_Task brief_. From the line that contains "f 259 122 121" through the line that contains "f 299 137 276", output every line of the listing below exactly and leave out all the rest.

_Provided records_.
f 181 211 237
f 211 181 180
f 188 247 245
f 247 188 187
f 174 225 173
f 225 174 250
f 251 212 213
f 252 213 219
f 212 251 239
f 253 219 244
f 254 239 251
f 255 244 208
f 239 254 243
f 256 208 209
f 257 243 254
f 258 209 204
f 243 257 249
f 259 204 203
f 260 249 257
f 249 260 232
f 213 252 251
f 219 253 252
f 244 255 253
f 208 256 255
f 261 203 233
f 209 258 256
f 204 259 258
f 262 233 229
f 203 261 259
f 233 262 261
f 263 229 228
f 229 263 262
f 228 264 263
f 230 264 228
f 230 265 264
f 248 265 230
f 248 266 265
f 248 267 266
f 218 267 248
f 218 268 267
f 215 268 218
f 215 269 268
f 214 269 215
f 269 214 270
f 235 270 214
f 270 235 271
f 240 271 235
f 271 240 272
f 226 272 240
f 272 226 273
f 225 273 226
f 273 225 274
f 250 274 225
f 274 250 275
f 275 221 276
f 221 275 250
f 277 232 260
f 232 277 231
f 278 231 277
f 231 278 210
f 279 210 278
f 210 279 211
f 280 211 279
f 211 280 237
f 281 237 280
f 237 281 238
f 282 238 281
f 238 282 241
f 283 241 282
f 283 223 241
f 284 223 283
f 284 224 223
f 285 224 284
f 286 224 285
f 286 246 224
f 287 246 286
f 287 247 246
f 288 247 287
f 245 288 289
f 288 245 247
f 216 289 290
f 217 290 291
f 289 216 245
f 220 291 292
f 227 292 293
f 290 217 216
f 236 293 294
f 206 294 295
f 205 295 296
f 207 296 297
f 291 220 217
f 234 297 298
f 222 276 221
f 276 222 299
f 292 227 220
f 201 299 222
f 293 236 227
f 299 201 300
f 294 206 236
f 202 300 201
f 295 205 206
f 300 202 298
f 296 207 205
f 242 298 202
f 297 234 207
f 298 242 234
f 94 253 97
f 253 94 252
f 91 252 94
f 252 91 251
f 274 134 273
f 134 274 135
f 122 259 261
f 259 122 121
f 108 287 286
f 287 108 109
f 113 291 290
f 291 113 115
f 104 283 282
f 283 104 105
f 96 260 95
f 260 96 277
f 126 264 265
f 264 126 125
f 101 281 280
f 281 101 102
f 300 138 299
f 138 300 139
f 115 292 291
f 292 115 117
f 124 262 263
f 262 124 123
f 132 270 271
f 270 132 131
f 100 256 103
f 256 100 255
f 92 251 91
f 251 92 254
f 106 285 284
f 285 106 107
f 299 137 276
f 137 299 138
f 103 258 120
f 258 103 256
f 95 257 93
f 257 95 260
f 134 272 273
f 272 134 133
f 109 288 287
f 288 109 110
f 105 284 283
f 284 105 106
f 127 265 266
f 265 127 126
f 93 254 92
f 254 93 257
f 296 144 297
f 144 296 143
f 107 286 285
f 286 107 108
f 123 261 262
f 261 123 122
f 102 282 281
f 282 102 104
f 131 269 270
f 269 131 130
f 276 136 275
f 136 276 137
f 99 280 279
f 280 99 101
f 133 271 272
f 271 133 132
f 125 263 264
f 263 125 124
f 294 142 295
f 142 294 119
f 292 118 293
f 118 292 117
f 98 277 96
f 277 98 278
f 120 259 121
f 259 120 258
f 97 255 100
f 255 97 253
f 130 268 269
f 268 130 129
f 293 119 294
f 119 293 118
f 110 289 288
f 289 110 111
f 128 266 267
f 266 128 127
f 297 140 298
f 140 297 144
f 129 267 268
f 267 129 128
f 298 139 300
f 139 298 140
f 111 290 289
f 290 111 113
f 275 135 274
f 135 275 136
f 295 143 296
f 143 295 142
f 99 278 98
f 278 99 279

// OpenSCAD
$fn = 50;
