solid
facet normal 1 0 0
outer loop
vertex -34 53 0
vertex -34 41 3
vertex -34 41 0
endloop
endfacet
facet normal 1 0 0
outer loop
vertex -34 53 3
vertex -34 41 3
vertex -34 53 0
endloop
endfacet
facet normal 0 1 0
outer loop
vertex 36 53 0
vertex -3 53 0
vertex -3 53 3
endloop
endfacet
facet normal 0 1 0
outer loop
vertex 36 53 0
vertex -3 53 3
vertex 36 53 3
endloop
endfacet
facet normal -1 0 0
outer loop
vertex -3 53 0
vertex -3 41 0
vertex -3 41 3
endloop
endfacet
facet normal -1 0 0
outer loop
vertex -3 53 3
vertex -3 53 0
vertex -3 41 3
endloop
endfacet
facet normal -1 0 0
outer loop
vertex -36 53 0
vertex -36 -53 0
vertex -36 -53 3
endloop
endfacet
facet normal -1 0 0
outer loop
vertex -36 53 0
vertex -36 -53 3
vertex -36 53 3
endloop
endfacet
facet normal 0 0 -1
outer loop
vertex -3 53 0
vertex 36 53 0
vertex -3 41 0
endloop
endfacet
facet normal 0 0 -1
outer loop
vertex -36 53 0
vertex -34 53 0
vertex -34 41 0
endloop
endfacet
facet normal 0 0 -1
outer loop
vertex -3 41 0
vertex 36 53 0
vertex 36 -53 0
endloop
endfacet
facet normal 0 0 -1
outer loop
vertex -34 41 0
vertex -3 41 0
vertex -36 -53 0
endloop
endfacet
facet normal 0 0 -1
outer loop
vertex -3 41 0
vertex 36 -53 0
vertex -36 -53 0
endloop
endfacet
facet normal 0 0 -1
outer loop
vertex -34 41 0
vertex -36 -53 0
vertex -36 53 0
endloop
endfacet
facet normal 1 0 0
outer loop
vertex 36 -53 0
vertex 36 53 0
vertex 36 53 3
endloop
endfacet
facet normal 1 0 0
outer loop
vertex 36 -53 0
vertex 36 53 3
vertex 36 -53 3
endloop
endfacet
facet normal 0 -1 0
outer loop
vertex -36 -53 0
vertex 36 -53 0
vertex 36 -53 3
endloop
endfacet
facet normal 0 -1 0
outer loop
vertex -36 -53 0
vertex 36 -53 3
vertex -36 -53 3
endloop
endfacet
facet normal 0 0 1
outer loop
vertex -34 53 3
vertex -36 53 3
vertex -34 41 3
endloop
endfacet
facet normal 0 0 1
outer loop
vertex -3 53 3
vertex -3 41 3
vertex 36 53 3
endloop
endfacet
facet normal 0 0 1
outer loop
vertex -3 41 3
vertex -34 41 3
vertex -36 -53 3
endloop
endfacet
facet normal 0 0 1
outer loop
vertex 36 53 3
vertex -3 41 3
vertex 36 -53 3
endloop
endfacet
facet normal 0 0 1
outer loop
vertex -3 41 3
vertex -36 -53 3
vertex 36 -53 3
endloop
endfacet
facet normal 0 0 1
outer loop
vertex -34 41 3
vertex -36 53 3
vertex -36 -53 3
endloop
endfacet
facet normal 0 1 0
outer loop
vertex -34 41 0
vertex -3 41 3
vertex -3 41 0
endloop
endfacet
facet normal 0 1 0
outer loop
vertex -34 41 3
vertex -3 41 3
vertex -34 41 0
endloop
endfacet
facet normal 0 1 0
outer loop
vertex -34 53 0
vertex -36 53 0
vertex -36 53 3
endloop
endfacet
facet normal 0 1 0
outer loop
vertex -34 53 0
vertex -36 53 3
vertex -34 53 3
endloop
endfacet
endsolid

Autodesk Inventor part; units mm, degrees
ref_plane "YZ Plane" through (0, 0, 0) normal (1, 0, 0) x (0, 1, 0)
ref_plane "XZ Plane" through (0, 0, 0) normal (0, 1, 0) x (-1, 0, 0)
ref_plane "XY Plane" through (0, 0, 0) normal (0, 0, 1) x (1, 0, 0)
sketch "Sketch1" plane through (0, 0, 0) normal (0, 0, 1) x (1, 0, 0)
  line L0 (-36, 53) -> (36, 53)
  line L1 (36, 53) -> (36, -53)
  line L2 (36, -53) -> (-36, -53)
  line L3 (-36, -53) -> (-36, 53)
  line L4 (-36, 53) -> (36, -53) construction
  line L5 (36, 53) -> (-36, -53) construction
  point P0 (0, 0)
  dimension "d0" = 72
  dimension "d1" = 106
extrude "Extrusion1" add sketch "Sketch1" along normal blind 3
sketch "Sketch2" plane through (0, 0, 3) normal (0, 0, 1) x (1, 0, 0)
  line L0 (-34, 53) -> (4, 53)
  line L1 (4, 53) -> (4, 41)
  line L2 (4, 41) -> (-34, 41)
  line L3 (-34, 41) -> (-34, 53)
  line L4 (36, 53) -> (-36, 53) projected
  line L5 (-36, 53) -> (-36, -53) projected
  point P0 (0, 0)
  dimension "d4" = 0
  dimension "d5" = 2
  dimension "d6" = 12
  dimension "d7" = 38
extrude "Extrusion2" cut sketch "Sketch2" against normal blind 3
sketch "Sketch3" plane through (4, 41, 3) normal (-1, 0, 0) x (0, 0, 1)
  point P0 (-3, -41)
sketch "Sketch7" plane through (-34, 41, 3) normal (0, 1, 0) x (1, 0, 0)
  line L0 (38, 3) -> (38, 0) projected
  line L1 (38, 3) -> (31, 3)
  line L2 (31, 3) -> (31, 0)
  line L3 (31, 0) -> (38, 0)
  line L4 (38, 0) -> (38, 3)
  point P0 (34, 3)
  dimension "d18" = 7
  dimension "d19" = 3
extrude "Extrusion5" add sketch "Sketch7" along normal blind 12
properties part number "Lid"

_Final answer_.
f 259 122 121
f 108 287 286
f 287 108 109
f 113 291 290
f 291 113 115
f 104 283 282
f 283 104 105
f 96 260 95
f 260 96 277
f 126 264 265
f 264 126 125
f 101 281 280
f 281 101 102
f 300 138 299
f 138 300 139
f 115 292 291
f 292 115 117
f 124 262 263
f 262 124 123
f 132 270 271
f 270 132 131
f 100 256 103
f 256 100 255
f 92 251 91
f 251 92 254
f 106 285 284
f 285 106 107
f 299 137 276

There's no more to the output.